Mr. Berry then recounted how the Daiquiri was the springboard of many classic variations found in the world of Tiki drinks and culture. He went through the evolution of Tiki, tracing the histories of the great restaurants of Donn the Beachcomber and Trader Vic Bergeron, and demonstrated and made two great Tiki drinks, the Don’s Special Daiquiri, and the Lychee Daiquiri, which the audience enjoyed.
Then, of course we moved to Cachaca, the so-called “Brazilian Rum,” and that classic drink, the Caipirinha, again touching on the “classic trinity” theme. Jon Arroyo explained the distillation processes of both rum and cachaca, the column still and pot still methods, and then discussed the origins and background of the Caipirinha, and served a delicious sample of the drink to the crowd.
Phil then closed the show with a discussion of the Bacardi Cocktail, yet another variation on the Daiquiri, and how the Bacardi Company used litigation in the 1930s to force bar and restaurant owners to use genuine Bacardi in their Bacardi Cocktails, lest it be a trademark violation to use another rum.
We’re grateful to the Occidental Grill for their excellent hospitality, and look forward to more events at this beautiful and historic venue.

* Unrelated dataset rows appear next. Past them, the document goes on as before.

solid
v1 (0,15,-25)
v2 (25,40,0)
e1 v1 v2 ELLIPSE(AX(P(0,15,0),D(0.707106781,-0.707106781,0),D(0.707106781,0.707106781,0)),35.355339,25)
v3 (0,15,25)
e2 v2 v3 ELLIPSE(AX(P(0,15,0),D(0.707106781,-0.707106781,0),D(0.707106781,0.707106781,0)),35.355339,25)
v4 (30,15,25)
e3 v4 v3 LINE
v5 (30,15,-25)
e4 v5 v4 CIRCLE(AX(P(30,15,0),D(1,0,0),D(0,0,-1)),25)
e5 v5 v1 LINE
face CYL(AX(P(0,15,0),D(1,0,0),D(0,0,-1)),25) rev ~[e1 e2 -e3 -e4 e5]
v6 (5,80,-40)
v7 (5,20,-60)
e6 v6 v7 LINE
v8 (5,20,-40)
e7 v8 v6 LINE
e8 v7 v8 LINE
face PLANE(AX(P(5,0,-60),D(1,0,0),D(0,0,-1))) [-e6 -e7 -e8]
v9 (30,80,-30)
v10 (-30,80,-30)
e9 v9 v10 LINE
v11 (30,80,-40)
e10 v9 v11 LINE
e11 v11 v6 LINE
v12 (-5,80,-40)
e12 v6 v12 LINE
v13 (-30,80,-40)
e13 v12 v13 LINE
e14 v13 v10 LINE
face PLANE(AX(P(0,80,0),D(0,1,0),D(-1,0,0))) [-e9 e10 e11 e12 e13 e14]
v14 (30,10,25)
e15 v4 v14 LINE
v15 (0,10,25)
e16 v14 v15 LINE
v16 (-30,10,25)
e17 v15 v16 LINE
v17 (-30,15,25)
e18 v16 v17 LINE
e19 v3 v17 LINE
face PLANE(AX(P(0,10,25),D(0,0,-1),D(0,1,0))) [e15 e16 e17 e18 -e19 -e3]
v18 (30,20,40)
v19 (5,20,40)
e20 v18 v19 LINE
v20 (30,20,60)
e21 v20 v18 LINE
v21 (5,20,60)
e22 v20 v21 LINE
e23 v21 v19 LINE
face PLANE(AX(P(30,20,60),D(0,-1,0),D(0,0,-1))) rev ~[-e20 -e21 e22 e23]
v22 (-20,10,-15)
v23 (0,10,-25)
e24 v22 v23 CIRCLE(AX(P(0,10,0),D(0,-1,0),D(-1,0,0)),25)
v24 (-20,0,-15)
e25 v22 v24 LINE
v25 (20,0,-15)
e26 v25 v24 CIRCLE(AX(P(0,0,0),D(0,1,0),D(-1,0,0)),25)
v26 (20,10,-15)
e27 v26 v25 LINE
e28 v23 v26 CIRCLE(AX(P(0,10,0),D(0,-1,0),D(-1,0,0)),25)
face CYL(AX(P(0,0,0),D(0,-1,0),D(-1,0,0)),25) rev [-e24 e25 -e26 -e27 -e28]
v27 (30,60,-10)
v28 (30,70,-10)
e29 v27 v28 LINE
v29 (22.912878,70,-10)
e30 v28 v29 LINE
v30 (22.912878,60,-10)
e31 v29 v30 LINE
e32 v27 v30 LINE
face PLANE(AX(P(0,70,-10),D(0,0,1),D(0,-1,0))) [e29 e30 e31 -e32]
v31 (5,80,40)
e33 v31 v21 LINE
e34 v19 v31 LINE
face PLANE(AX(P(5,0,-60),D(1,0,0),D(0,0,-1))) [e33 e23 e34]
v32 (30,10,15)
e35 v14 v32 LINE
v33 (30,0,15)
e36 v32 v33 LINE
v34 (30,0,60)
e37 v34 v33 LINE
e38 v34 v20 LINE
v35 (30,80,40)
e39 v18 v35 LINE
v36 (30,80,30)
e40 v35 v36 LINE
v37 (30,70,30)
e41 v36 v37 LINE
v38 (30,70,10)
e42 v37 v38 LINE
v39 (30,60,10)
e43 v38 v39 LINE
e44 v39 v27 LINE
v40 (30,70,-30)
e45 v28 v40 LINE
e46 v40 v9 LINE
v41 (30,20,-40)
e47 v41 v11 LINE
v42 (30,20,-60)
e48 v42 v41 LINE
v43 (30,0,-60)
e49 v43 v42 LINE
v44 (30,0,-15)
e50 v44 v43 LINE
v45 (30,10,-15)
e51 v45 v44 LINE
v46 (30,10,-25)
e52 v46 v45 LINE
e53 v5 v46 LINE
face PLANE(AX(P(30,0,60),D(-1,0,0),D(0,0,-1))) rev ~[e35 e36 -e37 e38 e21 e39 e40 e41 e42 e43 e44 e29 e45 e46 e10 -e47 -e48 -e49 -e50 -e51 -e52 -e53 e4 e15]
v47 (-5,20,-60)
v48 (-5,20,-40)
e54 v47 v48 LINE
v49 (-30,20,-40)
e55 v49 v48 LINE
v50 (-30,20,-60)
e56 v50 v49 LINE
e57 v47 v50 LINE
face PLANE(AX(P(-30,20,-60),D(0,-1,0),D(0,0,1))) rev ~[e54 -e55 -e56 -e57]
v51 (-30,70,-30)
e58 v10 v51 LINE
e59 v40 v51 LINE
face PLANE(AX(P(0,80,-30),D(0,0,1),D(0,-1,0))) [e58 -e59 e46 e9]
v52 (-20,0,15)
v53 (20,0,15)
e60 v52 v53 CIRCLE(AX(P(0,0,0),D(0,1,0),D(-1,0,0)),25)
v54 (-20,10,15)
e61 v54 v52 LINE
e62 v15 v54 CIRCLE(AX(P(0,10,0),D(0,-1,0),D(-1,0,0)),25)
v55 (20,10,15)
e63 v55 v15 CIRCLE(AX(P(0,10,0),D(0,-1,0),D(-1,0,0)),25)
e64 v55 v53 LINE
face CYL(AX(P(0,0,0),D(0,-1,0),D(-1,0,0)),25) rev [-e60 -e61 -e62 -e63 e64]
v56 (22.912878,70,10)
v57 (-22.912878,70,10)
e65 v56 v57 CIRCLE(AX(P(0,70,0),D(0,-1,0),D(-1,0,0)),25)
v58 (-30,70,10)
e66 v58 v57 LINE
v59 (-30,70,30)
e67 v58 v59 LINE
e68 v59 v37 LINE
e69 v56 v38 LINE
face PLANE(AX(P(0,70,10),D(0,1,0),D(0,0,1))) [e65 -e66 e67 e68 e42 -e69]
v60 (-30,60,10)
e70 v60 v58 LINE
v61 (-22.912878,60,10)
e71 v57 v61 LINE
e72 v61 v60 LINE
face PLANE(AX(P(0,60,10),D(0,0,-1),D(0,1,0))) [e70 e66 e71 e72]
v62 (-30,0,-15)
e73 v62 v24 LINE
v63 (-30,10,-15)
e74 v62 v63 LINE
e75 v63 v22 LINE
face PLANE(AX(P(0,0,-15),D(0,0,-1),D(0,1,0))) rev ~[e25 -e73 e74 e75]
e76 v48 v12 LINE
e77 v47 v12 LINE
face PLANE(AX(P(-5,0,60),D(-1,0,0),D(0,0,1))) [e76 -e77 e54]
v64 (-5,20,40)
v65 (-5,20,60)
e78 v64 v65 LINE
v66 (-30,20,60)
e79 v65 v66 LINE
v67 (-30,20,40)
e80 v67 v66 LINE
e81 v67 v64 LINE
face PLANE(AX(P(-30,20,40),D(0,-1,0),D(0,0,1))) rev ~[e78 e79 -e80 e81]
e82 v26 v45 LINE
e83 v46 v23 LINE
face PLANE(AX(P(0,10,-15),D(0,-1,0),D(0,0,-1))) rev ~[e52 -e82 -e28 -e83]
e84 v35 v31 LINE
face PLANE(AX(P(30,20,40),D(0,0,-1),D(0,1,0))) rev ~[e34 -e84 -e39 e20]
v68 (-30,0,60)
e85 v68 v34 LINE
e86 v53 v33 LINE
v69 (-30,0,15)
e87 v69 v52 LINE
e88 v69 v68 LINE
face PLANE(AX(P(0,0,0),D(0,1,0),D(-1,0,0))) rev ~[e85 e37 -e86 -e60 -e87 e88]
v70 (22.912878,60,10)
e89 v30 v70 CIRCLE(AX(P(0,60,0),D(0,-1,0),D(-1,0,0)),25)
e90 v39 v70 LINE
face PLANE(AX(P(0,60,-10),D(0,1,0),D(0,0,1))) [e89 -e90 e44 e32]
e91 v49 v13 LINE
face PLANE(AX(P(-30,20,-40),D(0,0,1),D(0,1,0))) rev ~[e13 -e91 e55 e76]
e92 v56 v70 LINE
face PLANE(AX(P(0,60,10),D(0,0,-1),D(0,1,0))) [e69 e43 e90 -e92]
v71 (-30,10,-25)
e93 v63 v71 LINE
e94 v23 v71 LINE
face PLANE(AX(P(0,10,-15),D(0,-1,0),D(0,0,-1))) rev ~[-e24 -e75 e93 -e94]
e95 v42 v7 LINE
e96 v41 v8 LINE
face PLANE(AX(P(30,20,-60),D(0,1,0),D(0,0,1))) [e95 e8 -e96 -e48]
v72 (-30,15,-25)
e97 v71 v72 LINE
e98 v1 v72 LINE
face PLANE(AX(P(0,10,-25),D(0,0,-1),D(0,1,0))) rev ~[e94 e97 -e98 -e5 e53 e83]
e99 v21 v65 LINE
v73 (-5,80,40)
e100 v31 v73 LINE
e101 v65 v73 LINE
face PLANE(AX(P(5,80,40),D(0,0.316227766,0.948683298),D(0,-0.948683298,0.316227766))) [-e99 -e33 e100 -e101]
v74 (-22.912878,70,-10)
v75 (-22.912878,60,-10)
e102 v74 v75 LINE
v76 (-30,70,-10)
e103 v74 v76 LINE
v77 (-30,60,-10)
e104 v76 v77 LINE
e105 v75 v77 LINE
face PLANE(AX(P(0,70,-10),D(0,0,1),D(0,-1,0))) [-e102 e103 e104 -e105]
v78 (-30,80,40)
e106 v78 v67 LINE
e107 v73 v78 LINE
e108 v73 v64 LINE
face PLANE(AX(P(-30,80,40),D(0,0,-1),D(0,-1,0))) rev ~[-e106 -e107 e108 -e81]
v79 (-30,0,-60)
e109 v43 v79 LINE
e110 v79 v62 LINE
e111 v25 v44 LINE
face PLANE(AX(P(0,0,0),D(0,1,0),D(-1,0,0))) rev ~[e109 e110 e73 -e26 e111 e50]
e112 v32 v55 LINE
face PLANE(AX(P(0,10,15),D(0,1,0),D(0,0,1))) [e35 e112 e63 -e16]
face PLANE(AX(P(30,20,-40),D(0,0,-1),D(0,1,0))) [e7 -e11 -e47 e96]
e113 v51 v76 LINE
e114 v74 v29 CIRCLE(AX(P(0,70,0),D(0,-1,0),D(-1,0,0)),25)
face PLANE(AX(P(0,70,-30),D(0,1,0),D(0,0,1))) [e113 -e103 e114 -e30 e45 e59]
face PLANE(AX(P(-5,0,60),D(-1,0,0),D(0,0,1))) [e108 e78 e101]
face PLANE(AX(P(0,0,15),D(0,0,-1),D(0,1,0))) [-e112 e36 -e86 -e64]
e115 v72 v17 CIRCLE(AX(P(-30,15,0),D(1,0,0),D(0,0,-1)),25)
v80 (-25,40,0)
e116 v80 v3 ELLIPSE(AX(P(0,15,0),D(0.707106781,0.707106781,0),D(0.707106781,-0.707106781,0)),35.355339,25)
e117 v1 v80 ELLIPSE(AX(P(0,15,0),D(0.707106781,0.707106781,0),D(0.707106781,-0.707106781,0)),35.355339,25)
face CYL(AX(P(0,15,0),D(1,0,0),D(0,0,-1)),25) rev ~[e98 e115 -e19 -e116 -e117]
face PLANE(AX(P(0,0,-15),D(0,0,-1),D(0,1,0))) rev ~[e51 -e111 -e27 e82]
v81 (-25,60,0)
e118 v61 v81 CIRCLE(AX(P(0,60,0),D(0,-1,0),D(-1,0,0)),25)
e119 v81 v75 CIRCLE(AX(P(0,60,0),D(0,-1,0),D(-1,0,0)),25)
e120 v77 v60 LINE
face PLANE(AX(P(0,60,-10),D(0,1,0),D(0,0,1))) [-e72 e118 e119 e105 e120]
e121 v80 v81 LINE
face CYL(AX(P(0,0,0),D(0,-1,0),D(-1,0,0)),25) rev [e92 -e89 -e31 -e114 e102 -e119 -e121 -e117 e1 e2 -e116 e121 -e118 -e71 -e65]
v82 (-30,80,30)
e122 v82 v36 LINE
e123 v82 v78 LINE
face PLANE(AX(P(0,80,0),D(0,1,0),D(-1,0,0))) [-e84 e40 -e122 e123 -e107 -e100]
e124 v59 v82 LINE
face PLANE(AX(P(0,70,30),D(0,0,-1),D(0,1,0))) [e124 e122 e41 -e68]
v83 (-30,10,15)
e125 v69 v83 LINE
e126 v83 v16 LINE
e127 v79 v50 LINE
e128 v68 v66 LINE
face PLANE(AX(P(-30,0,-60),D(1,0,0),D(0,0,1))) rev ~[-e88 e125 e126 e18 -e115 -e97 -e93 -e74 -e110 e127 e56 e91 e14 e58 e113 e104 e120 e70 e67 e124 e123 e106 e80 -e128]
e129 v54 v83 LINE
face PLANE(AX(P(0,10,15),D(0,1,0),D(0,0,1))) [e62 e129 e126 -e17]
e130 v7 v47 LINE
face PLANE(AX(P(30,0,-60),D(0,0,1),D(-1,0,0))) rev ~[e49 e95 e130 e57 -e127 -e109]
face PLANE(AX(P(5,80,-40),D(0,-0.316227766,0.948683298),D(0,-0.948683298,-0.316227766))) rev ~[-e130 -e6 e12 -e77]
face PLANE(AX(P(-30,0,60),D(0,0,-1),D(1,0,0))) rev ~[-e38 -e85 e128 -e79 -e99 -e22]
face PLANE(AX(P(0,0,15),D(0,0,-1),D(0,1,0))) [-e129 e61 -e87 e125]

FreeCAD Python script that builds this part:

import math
import FreeCAD as App
import Part
import Sketcher
Q = App.Units.Quantity


def add_polygon(sketch, points):
    """Adds a closed chain of lines whose ends are joined by coincident constraints."""
    first, n = sketch.GeometryCount, len(points)
    for a, b in zip(points, points[1:] + points[:1]):
        sketch.addGeometry(Part.LineSegment(App.Vector(*a, 0), App.Vector(*b, 0)), False)
    for i in range(n):
        sketch.addConstraint(Sketcher.Constraint("Coincident", first + i, 2, first + (i + 1) % n, 1))

doc = App.newDocument("Part")
body = doc.addObject("PartDesign::Body", "Body")

# Sketch on XZ plane
sketch1 = doc.addObject("Sketcher::SketchObject", "Sketch")
body.addObject(sketch1)
sketch1.AttachmentSupport = (doc.XZ_Plane, [""])
sketch1.MapMode = "FlatFace"
add_polygon(sketch1, [(-30, -60), (-30, 60), (30, 60), (30, -60)])  # lines 0-3
sketch1.addConstraint(Sketcher.Constraint("Vertical", 0))
sketch1.addConstraint(Sketcher.Constraint("Horizontal", 1))
sketch1.addConstraint(Sketcher.Constraint("Vertical", 2))
sketch1.addConstraint(Sketcher.Constraint("Horizontal", 3))
sketch1.addConstraint(Sketcher.Constraint("Symmetric", 0, 2, 2, 2, -1, 1))
sketch1.addConstraint(Sketcher.Constraint("DistanceX", 1, 1, 1, 2, Q("60 mm")))
sketch1.addConstraint(Sketcher.Constraint("DistanceY", 0, 1, 0, 2, Q("120 mm")))
pad1 = doc.addObject("PartDesign::Pad", "Pad")
body.addObject(pad1)
pad1.Profile = sketch1
pad1.Length = 80
pad1.Reversed = True

# Sketch on YZ plane
sketch2 = doc.addObject("Sketcher::SketchObject", "Sketch001")
body.addObject(sketch2)
sketch2.AttachmentSupport = (doc.YZ_Plane, [""])
sketch2.MapMode = "FlatFace"
add_polygon(sketch2, [(80, -30), (80, 30), (70, 30), (70, 10), (60, 10), (60, -10), (70, -10), (70, -30)])  # lines 0-7
sketch2.addConstraint(Sketcher.Constraint("Vertical", 0))
sketch2.addConstraint(Sketcher.Constraint("Horizontal", 1))
sketch2.addConstraint(Sketcher.Constraint("Vertical", 2))
sketch2.addConstraint(Sketcher.Constraint("Horizontal", 3))
sketch2.addConstraint(Sketcher.Constraint("Vertical", 4))
sketch2.addConstraint(Sketcher.Constraint("Horizontal", 5))
sketch2.addConstraint(Sketcher.Constraint("Vertical", 6))
sketch2.addConstraint(Sketcher.Constraint("Horizontal", 7))
sketch2.addConstraint(Sketcher.Constraint("Symmetric", 2, 2, 5, 2, -1))
sketch2.addConstraint(Sketcher.Constraint("Equal", 1, 3))
sketch2.addConstraint(Sketcher.Constraint("Equal", 2, 4))
sketch2.addConstraint(Sketcher.Constraint("Equal", 4, 6))
sketch2.addConstraint(Sketcher.Constraint("DistanceX", 1, 2, 1, 1, Q("10 mm")))
sketch2.addConstraint(Sketcher.Constraint("DistanceY", 0, 1, 0, 2, Q("60 mm")))
sketch2.addConstraint(Sketcher.Constraint("DistanceX", -1, 1, 0, 2, Q("80 mm")))
pocket1 = doc.addObject("PartDesign::Pocket", "Pocket")
body.addObject(pocket1)
pocket1.Profile = sketch2
pocket1.Length = 80
pocket1.Midplane = True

Thanks especially to manager Lamont Profitt for hosting a great event. We’re also grateful to Mount Gay Rum, Depaz Rhum Agricole, Flor de Cana Rum, and The Perfect Puree of Napa Valley. The recipes for our event are as follows:
2 oz Depaz Rhum Agricole
Lime wedge (about ¼ of a lime)
¼ to ½ oz Depaz Cane Syrup
Build in glass, swizzle or stir with ice.
The Classic Daiquiri
1 ½ – 2 ounces Mount Gay Eclipse Silver Rum
¾ ounce fresh lime juice
1 teaspoon sugar, or ½ ounce sugar syrup
Shake well with ice, strain into chilled cocktail glass
The Papa Doble or Hemingway Daiquiri
3.75 oz white rum (Mount Gay or Flor de Cana are both excellent)
2 oz fresh lime juice
2 oz fresh grapefruit juice
6 drops maraschino
Fill a blender one-quarter full of ice, preferably shaved or cracked. Add the rum, lime juice, grapefruit juice, and the maraschino. Blend on high until the mixture turns cloudy and light colored, “like the sea where the wave falls away from the bow of a ship when she is doing thirty knots.”
Don’s Special Daiquiri
1/2 oz fresh lime juice
1/2 oz honey mix (1:1 honey & hot water)
1/2 oz ounces passion fruit syrup*
1/2 oz Mount Gay Eclipse Silver rum
1 oz Mount Gay Extra Old rum
Shake with ice cubes. Strain
(PASSION FRUIT SYRUP: Equal parts Perfect Puree Of Napa Valley Passion Fruit Puree and 1:1 simple syrup.)
The 1970s version of Don The Beachcomber’s 1934 Mona Daiquiri, which called for 30-year-old Myers’s Mona rum.
Lychee Nut Daiquiri
1 ounce fresh lime juice
1 ounce lychee nut puree (Perfect Puree Of Napa Valley)
1/2 ounces Maraschino liqueur
2 ounces Flor De Cana Dry white rum
Shake well with plenty of ice cubes. Strain
Adapted by Beachbum Berry from Trader Vic’s 1960s blender recipe.
2 oz Cabana Cachaca
1 lime, cut into 4-8 wedges
1-2 teaspoons sugar
Muddle sugar and lime in mixing glass, add Cabana Cachaca and ice, shake well, pour contents into chilled rocks glass. Enjoy!